The lawyers' move­ment, above all other things, erased this slur from the ar­ray of le­git­i­mate crit­i­cisms. The rate of case dis­posal, the qual­ity of jus­tice and the na­ture of bar and bench re­la­tion­ships, which con­sti­tute more meaty con­tent in any dis­cus­sion about the ju­di­ciary, were barely ever even in the widest-lens sight of the lawyers' move­ment. The one-point agenda that drove the move­ment was sim­ple: no one talks to a chief jus­tice like Mushar­raf spoke to Chaudhry on March 9, 2007. No one gets to fire judges on a whim. No one gets to con­trol the ju­di­ciary, but the con­sti­tu­tion of Pak­istan.

And thus, Chaudhry's stand­ing up to Mushar­raf and the sub­se­quent lawyers' move­ment en­gen­dered pub­lic trust and con­fi­dence in the ju­di­ciary as an over­ar­ch­ing macro-level in­sti­tu­tion in Pak­istan, and this has largely stayed the same or in­creased since then. Gallup Pak­istan has re­peat­edly in­di­cated that a gen­er­a­tional shift in trust in the ju­di­ciary has taken place, with one re­port in­di­cat­ing an al­most twenty-point in­crease in Pak­ista­nis' trust of the courts be­tween 1982 and 2014. In March 2013, a Pew sur­vey showed that 58 per­cent of Pak­ista­nis be­lieved the courts rep­re­sented a good in­flu­ence on na­tional life, com­pared to only 24 per­cent for the na­tional gov­ern­ment, 23 per­cent for the po­lice, and only 15 per­cent for then pres­i­dent Asif Ali Zar­dari.
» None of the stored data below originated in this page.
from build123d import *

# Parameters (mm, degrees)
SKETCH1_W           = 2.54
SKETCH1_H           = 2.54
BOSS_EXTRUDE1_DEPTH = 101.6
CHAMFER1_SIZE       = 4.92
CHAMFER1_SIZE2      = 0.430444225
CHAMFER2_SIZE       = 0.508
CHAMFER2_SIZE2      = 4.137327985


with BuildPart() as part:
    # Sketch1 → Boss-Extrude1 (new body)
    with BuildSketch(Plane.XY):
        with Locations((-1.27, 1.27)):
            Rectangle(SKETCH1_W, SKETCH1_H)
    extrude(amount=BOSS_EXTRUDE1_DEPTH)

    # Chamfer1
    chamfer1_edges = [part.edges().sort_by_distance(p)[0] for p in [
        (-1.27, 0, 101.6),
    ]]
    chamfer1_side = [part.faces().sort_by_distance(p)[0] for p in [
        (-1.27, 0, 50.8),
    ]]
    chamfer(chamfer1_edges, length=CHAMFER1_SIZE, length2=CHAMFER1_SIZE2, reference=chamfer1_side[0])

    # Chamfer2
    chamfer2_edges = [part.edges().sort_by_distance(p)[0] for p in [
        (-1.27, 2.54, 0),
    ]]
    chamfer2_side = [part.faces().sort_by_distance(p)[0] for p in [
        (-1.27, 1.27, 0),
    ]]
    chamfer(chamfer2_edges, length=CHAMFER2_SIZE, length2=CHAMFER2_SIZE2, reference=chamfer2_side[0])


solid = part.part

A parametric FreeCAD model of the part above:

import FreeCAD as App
import Part
import Sketcher
from FreeCAD import Vector
Q = App.Units.Quantity


def edges_at(feature, points):
    """Names of the edges that pass closest to the given points."""
    edges = feature.Shape.Edges
    near = lambda p: min(range(len(edges)), key=lambda i: edges[i].distToShape(Part.Vertex(*p))[0])
    return sorted({f"Edge{near(p) + 1}" for p in points})


def add_polygon(sketch, points):
    """Adds a closed chain of lines whose ends are joined by coincident constraints."""
    first, n = sketch.GeometryCount, len(points)
    for a, b in zip(points, points[1:] + points[:1]):
        sketch.addGeometry(Part.LineSegment(App.Vector(*a, 0), App.Vector(*b, 0)), False)
    for i in range(n):
        sketch.addConstraint(Sketcher.Constraint("Coincident", first + i, 2, first + (i + 1) % n, 1))

doc = App.newDocument("Part")
params = doc.addObject("Spreadsheet::Sheet", "Params")
for row, (alias, value) in enumerate([
    ("sketch1_width", "0.1 in"),
    ("pad1_length", "4 in"),
    ("chamfer_size", "4.92 mm"),
    ("chamfer_size2", "0.430444 mm"),
    ("chamfer2_size", "0.02 in"),
    ("chamfer2_size2", "4.137328 mm"),
], start=1):
    params.set(f"A{row}", alias)
    params.set(f"B{row}", "=" + value)
    params.setAlias(f"B{row}", alias)

body = doc.addObject("PartDesign::Body", "Body")

# Sketch on XY plane
sketch1 = body.newObject("Sketcher::SketchObject", "Sketch")
sketch1.AttachmentSupport = (doc.getObject("XY_Plane"), [""])
sketch1.MapMode = "FlatFace"
add_polygon(sketch1, [(-2.54, 2.54), (-2.54, 0), (0, 0), (0, 2.54)])  # lines 0-3
sketch1.addConstraint([
    Sketcher.Constraint("Vertical", 0),
    Sketcher.Constraint("Horizontal", 1),
    Sketcher.Constraint("Vertical", 2),
    Sketcher.Constraint("Horizontal", 3),
    Sketcher.Constraint("Coincident", 1, 2, -1, 1),
    Sketcher.Constraint("Equal", 3, 0),
    Sketcher.Constraint("DistanceX", 1, 1, 1, 2, Q("0.1 in")),
])
sketch1.setExpression("Constraints[10]", "Params.sketch1_width")
pad1 = body.newObject("PartDesign::Pad", "Pad")
pad1.Profile = sketch1
pad1.setExpression("Length", "Params.pad1_length")
doc.recompute()

chamfer = body.newObject("PartDesign::Chamfer", "Chamfer")
chamfer.Base = (pad1, edges_at(pad1, [(-1.27, 0, 101.6)]))
chamfer.ChamferType = "Two distances"
chamfer.setExpression("Size", "Params.chamfer_size")
chamfer.setExpression("Size2", "Params.chamfer_size2")
doc.recompute()

chamfer2 = body.newObject("PartDesign::Chamfer", "Chamfer001")
chamfer2.Base = (chamfer, edges_at(chamfer, [(-1.27, 2.54, 0)]))
chamfer2.ChamferType = "Two distances"
chamfer2.setExpression("Size", "Params.chamfer2_size")
chamfer2.setExpression("Size2", "Params.chamfer2_size2")

doc.recompute()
More re­cently, a Gallup Pak­istan sur­vey in March 2017 showed that whilst only 21 per­cent of all re­spon­dents ex­pected an un­favourable out­come of the Panama case for Nawaz Sharif, over 65 per­cent of re­spon­dents be­lieved that, what­ever the out­come would be, peo­ple would ac­cept it.
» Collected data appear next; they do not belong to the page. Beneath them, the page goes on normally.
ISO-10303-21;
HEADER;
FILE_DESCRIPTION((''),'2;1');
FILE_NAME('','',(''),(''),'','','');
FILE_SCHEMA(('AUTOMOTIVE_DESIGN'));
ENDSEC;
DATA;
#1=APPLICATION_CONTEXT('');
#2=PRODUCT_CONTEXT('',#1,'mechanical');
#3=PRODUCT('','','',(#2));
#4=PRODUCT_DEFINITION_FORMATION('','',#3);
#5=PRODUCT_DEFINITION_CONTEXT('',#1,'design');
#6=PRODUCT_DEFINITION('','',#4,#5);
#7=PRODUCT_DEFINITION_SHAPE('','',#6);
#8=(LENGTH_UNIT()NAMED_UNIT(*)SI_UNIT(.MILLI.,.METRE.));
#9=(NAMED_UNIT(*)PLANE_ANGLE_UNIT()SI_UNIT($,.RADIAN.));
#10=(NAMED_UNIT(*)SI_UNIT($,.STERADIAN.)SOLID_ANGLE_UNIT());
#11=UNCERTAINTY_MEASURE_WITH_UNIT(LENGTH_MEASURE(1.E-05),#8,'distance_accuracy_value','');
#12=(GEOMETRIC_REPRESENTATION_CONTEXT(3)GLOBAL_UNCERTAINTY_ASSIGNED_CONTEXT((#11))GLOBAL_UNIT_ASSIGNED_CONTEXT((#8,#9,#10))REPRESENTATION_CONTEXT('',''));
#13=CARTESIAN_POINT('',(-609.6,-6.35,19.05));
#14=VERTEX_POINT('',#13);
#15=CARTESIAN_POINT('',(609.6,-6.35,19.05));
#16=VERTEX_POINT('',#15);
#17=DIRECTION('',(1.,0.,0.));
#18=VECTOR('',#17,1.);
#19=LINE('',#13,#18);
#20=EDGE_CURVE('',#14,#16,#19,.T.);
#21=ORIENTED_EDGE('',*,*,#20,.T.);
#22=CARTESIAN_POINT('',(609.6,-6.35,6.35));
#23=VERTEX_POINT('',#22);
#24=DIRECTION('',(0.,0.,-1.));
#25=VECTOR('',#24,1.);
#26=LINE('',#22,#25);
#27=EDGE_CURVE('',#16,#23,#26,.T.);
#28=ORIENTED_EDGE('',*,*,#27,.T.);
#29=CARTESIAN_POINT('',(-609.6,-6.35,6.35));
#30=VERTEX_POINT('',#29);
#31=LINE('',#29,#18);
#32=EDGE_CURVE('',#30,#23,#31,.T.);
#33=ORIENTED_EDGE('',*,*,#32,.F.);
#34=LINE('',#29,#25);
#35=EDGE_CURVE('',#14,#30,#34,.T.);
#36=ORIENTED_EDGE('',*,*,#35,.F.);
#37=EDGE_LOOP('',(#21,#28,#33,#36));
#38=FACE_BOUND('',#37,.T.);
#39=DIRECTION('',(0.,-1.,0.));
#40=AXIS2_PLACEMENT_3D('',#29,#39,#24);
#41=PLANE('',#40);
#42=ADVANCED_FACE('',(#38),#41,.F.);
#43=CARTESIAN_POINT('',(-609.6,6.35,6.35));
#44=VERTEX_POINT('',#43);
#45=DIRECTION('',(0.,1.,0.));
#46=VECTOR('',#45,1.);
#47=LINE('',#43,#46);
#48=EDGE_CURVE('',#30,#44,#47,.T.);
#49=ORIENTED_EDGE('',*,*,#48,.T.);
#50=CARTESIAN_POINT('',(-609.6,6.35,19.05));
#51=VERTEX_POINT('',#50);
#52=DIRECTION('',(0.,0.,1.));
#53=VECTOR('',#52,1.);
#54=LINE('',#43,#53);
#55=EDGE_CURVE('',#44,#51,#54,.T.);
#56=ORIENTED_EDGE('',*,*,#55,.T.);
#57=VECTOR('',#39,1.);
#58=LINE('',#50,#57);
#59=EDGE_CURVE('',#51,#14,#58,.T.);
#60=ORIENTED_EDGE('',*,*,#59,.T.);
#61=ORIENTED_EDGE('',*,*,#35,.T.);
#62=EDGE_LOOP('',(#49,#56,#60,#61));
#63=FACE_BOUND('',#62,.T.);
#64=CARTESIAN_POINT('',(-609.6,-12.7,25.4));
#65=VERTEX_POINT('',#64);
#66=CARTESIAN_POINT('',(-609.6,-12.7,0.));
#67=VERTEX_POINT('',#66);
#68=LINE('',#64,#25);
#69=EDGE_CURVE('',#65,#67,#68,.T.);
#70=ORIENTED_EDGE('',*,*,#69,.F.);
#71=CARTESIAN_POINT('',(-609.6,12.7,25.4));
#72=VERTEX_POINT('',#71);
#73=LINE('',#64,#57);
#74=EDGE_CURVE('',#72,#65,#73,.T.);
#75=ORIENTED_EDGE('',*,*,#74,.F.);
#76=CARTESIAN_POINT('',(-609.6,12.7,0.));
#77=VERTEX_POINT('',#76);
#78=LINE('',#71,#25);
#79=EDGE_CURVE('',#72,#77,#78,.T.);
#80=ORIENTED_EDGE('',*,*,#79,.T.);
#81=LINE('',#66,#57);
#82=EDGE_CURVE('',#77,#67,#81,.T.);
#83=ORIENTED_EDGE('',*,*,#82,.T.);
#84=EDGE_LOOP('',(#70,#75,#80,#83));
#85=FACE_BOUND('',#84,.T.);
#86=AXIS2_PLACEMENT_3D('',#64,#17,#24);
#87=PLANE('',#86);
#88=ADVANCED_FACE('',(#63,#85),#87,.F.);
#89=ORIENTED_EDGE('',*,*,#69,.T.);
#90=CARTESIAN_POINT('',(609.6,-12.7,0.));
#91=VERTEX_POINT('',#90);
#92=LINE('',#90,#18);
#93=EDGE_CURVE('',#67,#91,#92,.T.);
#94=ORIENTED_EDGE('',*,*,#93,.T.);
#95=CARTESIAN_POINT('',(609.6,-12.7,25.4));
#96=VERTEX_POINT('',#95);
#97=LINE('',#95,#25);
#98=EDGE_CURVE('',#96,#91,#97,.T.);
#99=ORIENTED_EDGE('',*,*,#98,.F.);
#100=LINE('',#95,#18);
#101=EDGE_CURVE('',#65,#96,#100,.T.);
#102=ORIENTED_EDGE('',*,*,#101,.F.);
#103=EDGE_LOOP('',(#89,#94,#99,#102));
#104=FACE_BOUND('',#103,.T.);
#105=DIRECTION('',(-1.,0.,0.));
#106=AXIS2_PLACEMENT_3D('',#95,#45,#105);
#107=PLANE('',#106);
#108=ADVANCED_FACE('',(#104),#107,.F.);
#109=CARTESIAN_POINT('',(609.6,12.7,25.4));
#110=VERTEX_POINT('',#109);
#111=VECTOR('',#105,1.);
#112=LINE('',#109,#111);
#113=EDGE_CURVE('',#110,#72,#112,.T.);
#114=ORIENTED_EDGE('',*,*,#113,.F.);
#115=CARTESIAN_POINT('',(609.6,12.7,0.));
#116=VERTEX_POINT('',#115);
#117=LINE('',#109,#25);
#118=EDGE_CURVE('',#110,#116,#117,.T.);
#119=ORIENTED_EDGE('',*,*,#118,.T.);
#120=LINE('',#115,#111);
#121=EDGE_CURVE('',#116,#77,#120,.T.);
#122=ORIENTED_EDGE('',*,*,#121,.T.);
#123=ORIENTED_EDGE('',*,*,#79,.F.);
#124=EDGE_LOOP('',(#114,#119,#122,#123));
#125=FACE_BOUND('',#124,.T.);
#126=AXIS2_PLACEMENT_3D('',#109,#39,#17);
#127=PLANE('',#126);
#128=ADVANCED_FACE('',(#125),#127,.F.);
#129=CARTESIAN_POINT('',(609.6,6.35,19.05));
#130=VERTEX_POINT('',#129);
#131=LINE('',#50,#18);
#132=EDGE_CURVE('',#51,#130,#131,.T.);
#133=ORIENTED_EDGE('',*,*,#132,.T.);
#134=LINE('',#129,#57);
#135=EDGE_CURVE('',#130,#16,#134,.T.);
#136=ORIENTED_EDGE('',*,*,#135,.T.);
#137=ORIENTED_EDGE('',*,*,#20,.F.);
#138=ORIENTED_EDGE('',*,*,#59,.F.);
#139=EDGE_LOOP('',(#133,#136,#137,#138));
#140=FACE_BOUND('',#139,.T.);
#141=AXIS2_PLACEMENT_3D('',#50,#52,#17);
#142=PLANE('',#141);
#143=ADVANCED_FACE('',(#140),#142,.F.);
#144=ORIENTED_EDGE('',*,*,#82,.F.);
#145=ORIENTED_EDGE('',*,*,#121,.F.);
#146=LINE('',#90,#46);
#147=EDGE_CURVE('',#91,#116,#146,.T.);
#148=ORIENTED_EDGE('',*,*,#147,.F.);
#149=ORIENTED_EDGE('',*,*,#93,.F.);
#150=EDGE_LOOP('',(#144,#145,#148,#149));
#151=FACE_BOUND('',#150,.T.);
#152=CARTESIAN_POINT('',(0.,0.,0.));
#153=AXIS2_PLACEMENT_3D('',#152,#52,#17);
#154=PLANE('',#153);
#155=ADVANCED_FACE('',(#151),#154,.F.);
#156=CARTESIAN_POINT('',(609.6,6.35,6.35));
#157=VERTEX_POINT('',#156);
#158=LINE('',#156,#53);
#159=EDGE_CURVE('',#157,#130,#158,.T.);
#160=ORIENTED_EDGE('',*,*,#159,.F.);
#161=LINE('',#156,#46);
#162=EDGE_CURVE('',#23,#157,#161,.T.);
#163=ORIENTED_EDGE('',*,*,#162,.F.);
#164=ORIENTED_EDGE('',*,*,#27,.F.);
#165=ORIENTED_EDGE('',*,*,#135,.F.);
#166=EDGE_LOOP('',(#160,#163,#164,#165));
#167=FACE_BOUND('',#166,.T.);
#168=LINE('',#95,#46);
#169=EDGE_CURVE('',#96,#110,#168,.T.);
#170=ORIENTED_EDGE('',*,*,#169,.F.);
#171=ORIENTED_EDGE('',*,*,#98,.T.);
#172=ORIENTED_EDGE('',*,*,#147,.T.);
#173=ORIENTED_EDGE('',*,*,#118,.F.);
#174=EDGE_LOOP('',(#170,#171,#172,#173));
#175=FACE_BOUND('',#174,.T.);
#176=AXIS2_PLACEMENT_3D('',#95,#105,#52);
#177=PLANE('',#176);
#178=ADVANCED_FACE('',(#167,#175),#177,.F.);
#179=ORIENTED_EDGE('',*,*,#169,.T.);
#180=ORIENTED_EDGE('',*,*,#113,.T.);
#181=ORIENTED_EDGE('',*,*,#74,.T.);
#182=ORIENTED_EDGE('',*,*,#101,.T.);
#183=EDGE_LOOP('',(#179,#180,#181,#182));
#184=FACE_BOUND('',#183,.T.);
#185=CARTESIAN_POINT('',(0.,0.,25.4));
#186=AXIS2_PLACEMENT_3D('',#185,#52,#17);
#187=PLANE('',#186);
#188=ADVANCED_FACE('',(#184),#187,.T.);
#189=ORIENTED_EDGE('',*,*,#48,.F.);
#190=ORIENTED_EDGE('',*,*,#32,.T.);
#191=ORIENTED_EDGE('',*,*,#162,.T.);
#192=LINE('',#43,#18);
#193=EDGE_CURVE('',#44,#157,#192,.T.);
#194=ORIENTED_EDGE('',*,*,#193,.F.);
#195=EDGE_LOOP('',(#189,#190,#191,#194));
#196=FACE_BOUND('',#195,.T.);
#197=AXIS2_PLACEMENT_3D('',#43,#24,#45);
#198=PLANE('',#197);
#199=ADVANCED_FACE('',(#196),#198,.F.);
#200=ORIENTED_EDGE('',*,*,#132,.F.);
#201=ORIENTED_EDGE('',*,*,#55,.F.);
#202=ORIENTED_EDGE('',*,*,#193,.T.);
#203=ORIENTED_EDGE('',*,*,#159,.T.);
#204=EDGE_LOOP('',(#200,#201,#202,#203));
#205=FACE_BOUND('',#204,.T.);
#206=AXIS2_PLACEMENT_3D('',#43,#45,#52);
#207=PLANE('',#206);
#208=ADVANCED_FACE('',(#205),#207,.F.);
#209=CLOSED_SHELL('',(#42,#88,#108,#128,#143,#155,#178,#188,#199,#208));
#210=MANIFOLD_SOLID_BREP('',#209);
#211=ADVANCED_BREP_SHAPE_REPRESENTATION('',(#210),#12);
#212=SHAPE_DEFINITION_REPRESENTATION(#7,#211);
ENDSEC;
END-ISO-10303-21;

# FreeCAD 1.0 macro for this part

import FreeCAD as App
import Part
import Sketcher
from FreeCAD import Vector
Q = App.Units.Quantity


def add_polygon(sketch, points):
    """Adds a closed chain of lines whose ends are joined by coincident constraints."""
    first, n = sketch.GeometryCount, len(points)
    for a, b in zip(points, points[1:] + points[:1]):
        sketch.addGeometry(Part.LineSegment(App.Vector(*a, 0), App.Vector(*b, 0)), False)
    for i in range(n):
        sketch.addConstraint(Sketcher.Constraint("Coincident", first + i, 2, first + (i + 1) % n, 1))

doc = App.newDocument("Part")
body = doc.addObject("PartDesign::Body", "Body")

# Sketch on XY plane
sketch1 = body.newObject("Sketcher::SketchObject", "Sketch")
sketch1.AttachmentSupport = (doc.getObject("XY_Plane"), [""])
sketch1.MapMode = "FlatFace"
add_polygon(sketch1, [(-610, 13), (-610, -13), (610, -13), (610, 13)])  # lines 0-3
sketch1.addConstraint([
    Sketcher.Constraint("Vertical", 0),
    Sketcher.Constraint("Horizontal", 1),
    Sketcher.Constraint("Vertical", 2),
    Sketcher.Constraint("Horizontal", 3),
    Sketcher.Constraint("Symmetric", 0, 2, 2, 2, -1, 1),
    Sketcher.Constraint("DistanceX", 1, 1, 1, 2, Q("48 in")),
    Sketcher.Constraint("DistanceY", 0, 2, 0, 1, Q("1 in")),
])
pad1 = body.newObject("PartDesign::Pad", "Pad")
pad1.Profile = sketch1
pad1.Length = Q("1 in")

# Sketch on YZ plane
sketch2 = body.newObject("Sketcher::SketchObject", "Sketch001")
sketch2.AttachmentSupport = (doc.getObject("YZ_Plane"), [""])
sketch2.MapMode = "FlatFace"
sketch2.AttachmentOffset = App.Placement(Vector(0, 0, 24 * 25.4), App.Rotation())
add_polygon(sketch2, [(6, 19), (-6, 19), (-6, 6), (6, 6)])  # lines 0-3
sketch2.addConstraint([
    Sketcher.Constraint("Horizontal", 0),
    Sketcher.Constraint("Vertical", 1),
    Sketcher.Constraint("Horizontal", 2),
    Sketcher.Constraint("Vertical", 3),
    Sketcher.Constraint("Equal", 2, 1),
    Sketcher.Constraint("DistanceX", 0, 2, 0, 1, Q("0.5 in")),
    Sketcher.Constraint("DistanceX", 0, 2, -1, 1, Q("0.25 in")),
    Sketcher.Constraint("DistanceY", -1, 1, 0, 2, Q("0.75 in")),
])
pocket1 = body.newObject("PartDesign::Pocket", "Pocket")
pocket1.Profile = sketch2
pocket1.Type = "ThroughAll"

doc.recompute()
Un­like what many be­lieve to be the case, Nawaz Sharif pos­sesses an in­cred­i­bly sharp mind, es­pe­cially in mat­ters of the ac­qui­si­tion, sus­te­nance and deep­en­ing of power for him­self. This sharp­ness has been on full dis­play since he was disqualified on July 28, 2017. Sharif and his sup­port­ers posit the civil-mil­i­tary di­vide as the prin­ci­ple con­tra­dic­tion of Pak­istani state and so­ci­ety. Yet since his dis­qual­i­fi­ca­tion, Sharif's ire has barely fo­cused on Rawalpindi. In­stead, he has de­lib­er­ately and con­sis­tently baited the ju­di­ciary on ev­ery sin­gle oc­ca­sion on which he has had a chance to speak pub­licly.
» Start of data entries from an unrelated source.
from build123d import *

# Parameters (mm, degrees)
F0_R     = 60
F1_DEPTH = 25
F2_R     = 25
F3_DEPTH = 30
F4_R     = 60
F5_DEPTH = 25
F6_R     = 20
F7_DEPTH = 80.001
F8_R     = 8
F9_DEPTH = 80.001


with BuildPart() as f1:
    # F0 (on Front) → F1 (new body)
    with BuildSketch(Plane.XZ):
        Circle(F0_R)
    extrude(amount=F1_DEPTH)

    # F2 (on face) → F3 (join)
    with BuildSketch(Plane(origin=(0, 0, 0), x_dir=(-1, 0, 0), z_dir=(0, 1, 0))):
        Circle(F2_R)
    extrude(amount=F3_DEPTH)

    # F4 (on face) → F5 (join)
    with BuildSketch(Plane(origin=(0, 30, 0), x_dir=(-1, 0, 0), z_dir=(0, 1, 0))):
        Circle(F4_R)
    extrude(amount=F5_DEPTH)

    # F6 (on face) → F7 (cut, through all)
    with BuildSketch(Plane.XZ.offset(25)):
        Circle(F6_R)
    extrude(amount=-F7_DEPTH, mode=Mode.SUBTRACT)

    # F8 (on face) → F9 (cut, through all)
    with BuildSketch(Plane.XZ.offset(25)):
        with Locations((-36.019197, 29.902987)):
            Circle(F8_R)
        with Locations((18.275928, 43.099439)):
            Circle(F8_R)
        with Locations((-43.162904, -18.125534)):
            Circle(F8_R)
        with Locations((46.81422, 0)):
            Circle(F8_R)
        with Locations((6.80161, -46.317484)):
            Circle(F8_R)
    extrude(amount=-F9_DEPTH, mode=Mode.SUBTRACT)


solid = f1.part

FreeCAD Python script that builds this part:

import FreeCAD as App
import Part
import Sketcher

V = App.Vector

doc = App.newDocument("Part")
body = doc.addObject("PartDesign::Body", "Body")

# Sketch on XZ plane
sketch1 = body.newObject("Sketcher::SketchObject", "Sketch")
sketch1.AttachmentSupport = (doc.getObject("XZ_Plane"), [""])
sketch1.MapMode = "FlatFace"
sketch1.addGeometry(Part.Circle(V(0, 0, 0), V(0, 0, 1), 60), False)
sketch1.addConstraint(Sketcher.Constraint("Coincident", 0, 3, -1, 1))
sketch1.addConstraint(Sketcher.Constraint("Diameter", 0, 120.0))
pad1 = body.newObject("PartDesign::Pad", "Pad")
pad1.Profile = sketch1
pad1.Length = 25

# Sketch on XZ plane
sketch2 = body.newObject("Sketcher::SketchObject", "Sketch001")
sketch2.AttachmentSupport = (doc.getObject("XZ_Plane"), [""])
sketch2.MapMode = "FlatFace"
sketch2.addGeometry(Part.Circle(V(0, 0, 0), V(0, 0, 1), 25), False)
sketch2.addConstraint(Sketcher.Constraint("Coincident", 0, 3, -1, 1))
sketch2.addConstraint(Sketcher.Constraint("Diameter", 0, 50.0))
pad2 = body.newObject("PartDesign::Pad", "Pad001")
pad2.Profile = sketch2
pad2.Length = 30
pad2.Reversed = True

# Sketch on XZ plane
sketch3 = body.newObject("Sketcher::SketchObject", "Sketch002")
sketch3.AttachmentSupport = (doc.getObject("XZ_Plane"), [""])
sketch3.MapMode = "FlatFace"
sketch3.AttachmentOffset = App.Placement(V(0, 0, -30), App.Rotation())
sketch3.addGeometry(Part.Circle(V(0, 0, 0), V(0, 0, 1), 60), False)
sketch3.addConstraint(Sketcher.Constraint("Coincident", 0, 3, -1, 1))
sketch3.addConstraint(Sketcher.Constraint("Diameter", 0, 120.0))
pad3 = body.newObject("PartDesign::Pad", "Pad002")
pad3.Profile = sketch3
pad3.Length = 25
pad3.Reversed = True

# Sketch on XZ plane
sketch4 = body.newObject("Sketcher::SketchObject", "Sketch003")
sketch4.AttachmentSupport = (doc.getObject("XZ_Plane"), [""])
sketch4.MapMode = "FlatFace"
sketch4.AttachmentOffset = App.Placement(V(0, 0, 25), App.Rotation())
sketch4.addGeometry(Part.Circle(V(0, 0, 0), V(0, 0, 1), 20), False)
sketch4.addConstraint(Sketcher.Constraint("Coincident", 0, 3, -1, 1))
sketch4.addConstraint(Sketcher.Constraint("Diameter", 0, 40.0))
pocket1 = body.newObject("PartDesign::Pocket", "Pocket")
pocket1.Profile = sketch4
pocket1.Type = "ThroughAll"

# Sketch on XZ plane
sketch5 = body.newObject("Sketcher::SketchObject", "Sketch004")
sketch5.AttachmentSupport = (doc.getObject("XZ_Plane"), [""])
sketch5.MapMode = "FlatFace"
sketch5.AttachmentOffset = App.Placement(V(0, 0, 25), App.Rotation())
sketch5.addGeometry(Part.Circle(V(-36, 30, 0), V(0, 0, 1), 8), False)
sketch5.addGeometry(Part.Circle(V(18, 43, 0), V(0, 0, 1), 8), False)
sketch5.addGeometry(Part.Circle(V(-43, -18, 0), V(0, 0, 1), 8), False)
sketch5.addGeometry(Part.Circle(V(47, 0, 0), V(0, 0, 1), 8), False)
sketch5.addGeometry(Part.Circle(V(7, -46, 0), V(0, 0, 1), 8), False)
sketch5.addConstraint(Sketcher.Constraint("Equal", 0, 1))
sketch5.addConstraint(Sketcher.Constraint("Equal", 1, 2))
sketch5.addConstraint(Sketcher.Constraint("Equal", 2, 3))
sketch5.addConstraint(Sketcher.Constraint("Equal", 3, 4))
sketch5.addConstraint(Sketcher.Constraint("PointOnObject", 3, 3, -1))
sketch5.addConstraint(Sketcher.Constraint("Diameter", 0, 16.0))
sketch5.addConstraint(Sketcher.Constraint("DistanceX", -1, 1, 1, 3, 18.275928))
sketch5.addConstraint(Sketcher.Constraint("DistanceY", -1, 1, 1, 3, 43.099439))
sketch5.addConstraint(Sketcher.Constraint("DistanceX", -1, 1, 3, 3, 46.81422))
sketch5.addConstraint(Sketcher.Constraint("DistanceX", -1, 1, 4, 3, 6.80161))
sketch5.addConstraint(Sketcher.Constraint("DistanceY", 0, 3, 1, 3, 13.196452))
sketch5.addConstraint(Sketcher.Constraint("DistanceY", 2, 3, 0, 3, 48.028521))
sketch5.addConstraint(Sketcher.Constraint("DistanceX", 2, 3, 1, 3, 61.438832))
sketch5.addConstraint(Sketcher.Constraint("DistanceY", 4, 3, 2, 3, 28.19195))
sketch5.addConstraint(Sketcher.Constraint("DistanceX", 0, 3, -1, 1, 36.019197))
pocket2 = body.newObject("PartDesign::Pocket", "Pocket001")
pocket2.Profile = sketch5
pocket2.Type = "ThroughAll"

doc.recompute()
Press state­ments and pub­lic opin­ion are the do­main of politi­cians. Court de­ci­sions are the do­main of judges. The very core pur­pose of the Shar­ifs' cir­cus is to con­tam­i­nate the courts. The con­tin­ued and in­creas­ing pres­tige and cred­i­bil­ity of the ju­di­ciary in Pak­istan is in dis­pens­ing jus­tice, with­out dis­crim­i­na­tion. Not in talk­ing about it.